Objective: To study the distribution of immunocompetent cells in the female lower genital tract and to determine whether it is altered in HIV infection.
Methods: Colposcopically directed cervical biopsies were taken in the premenstrual phase of 10 HIV-positive women with sexually acquired infection, and matched HIV-negative controls. Peripheral blood was collected from the HIV-infected group for immune studies. Histological, immunohistochemical and double immunofluorescence techniques were applied to the biopsies to reveal immunocompetent cell distribution. Comparisons were made between the immune cell populations in the cervix in the HIV-positive and negative groups, and between the cervix and peripheral blood in the HIV-positive group.
Results: Cervical biopsies from HIV-positive women had significantly reduced Langerhans and plasma cell counts in the submucosa, but increased T lymphocyte counts compared with the HIV-negative group. There was an increase in CD8+ lymphocyte numbers in cervical biopsies of HIV-positive women, causing an inversion of the CD4/CD8 ratio. The majority of these CD8+ cells were 'memory' (CD45RO+) cells, with reduced proportions expressing perforin (cytoplasmic cytolytic granules) and TIA-1 (cytolytic granule-associated protein). Natural killer (CD57) cell markers were not detected. The levels of CD8+ cells expressing Bcl-2 (a gene product inhibiting cell apoptosis) in HIV-positive women with relatively high peripheral CD4 lymphocyte cell counts was higher than in HIV-negative women, but these levels fell with declining CD4 lymphocyte counts (< 300 x 10(6)/1). The reduction in CD4/CD8 ratio in the cervix occurred even with relatively high peripheral CD4 counts.
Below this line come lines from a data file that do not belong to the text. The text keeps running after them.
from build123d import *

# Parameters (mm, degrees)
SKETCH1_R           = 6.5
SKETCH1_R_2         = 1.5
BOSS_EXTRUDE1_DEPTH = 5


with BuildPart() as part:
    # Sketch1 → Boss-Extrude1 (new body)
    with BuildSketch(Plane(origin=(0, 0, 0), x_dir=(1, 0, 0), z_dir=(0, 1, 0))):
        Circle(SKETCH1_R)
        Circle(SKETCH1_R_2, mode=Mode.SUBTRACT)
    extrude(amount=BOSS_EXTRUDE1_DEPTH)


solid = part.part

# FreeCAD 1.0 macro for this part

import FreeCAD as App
import Part
import Sketcher
Q = App.Units.Quantity

doc = App.newDocument("Part")
params = doc.addObject("Spreadsheet::Sheet", "Params")
for row, (alias, value) in enumerate([
    ("sketch1_diameter", "13 mm"),
    ("sketch1_diameter2", "3 mm"),
    ("pad1_length", "5 mm"),
], start=1):
    params.set(f"A{row}", alias)
    params.set(f"B{row}", "=" + value)
    params.setAlias(f"B{row}", alias)

body = doc.addObject("PartDesign::Body", "Body")

sketch1 = doc.addObject("Sketcher::SketchObject", "Sketch")
body.addObject(sketch1)
sketch1.AttachmentSupport = (doc.XZ_Plane, [""])
sketch1.MapMode = "FlatFace"
sketch1.addGeometry(Part.Circle(App.Vector(0, 0, 0), App.Vector(0, 0, 1), 6.5), False)
sketch1.addGeometry(Part.Circle(App.Vector(0, 0, 0), App.Vector(0, 0, 1), 1.5), False)
sketch1.addConstraint(Sketcher.Constraint("Coincident", 0, 3, -1, 1))
sketch1.addConstraint(Sketcher.Constraint("Coincident", 1, 3, -1, 1))
sketch1.addConstraint(Sketcher.Constraint("Diameter", 0, Q("13 mm")))
sketch1.addConstraint(Sketcher.Constraint("Diameter", 1, Q("3 mm")))
sketch1.setExpression("Constraints[2]", "Params.sketch1_diameter")
sketch1.setExpression("Constraints[3]", "Params.sketch1_diameter2")
pad1 = doc.addObject("PartDesign::Pad", "Pad")
body.addObject(pad1)
pad1.Profile = sketch1
pad1.setExpression("Length", "Params.pad1_length")
pad1.Reversed = True

doc.recompute()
Conclusions: HIV disease is associated with alterations in the proportions of immunocompetent cells in the cervix. There is an increase in CD8+ T-lymphocytes and evidence of reduced cytolytic capacity; thus, CD8+ cells may lack the ability to respond to viral infection. Reduction in Langerhans' and plasma cells may reflect loss of signals from CD4+ T cells. These findings may, in part, explain why HIV-infected women are susceptible to recurrent fungal and viral infections, even when peripheral immune function is intact. Further studies of immune cell function are urgently required to further elucidate these findings.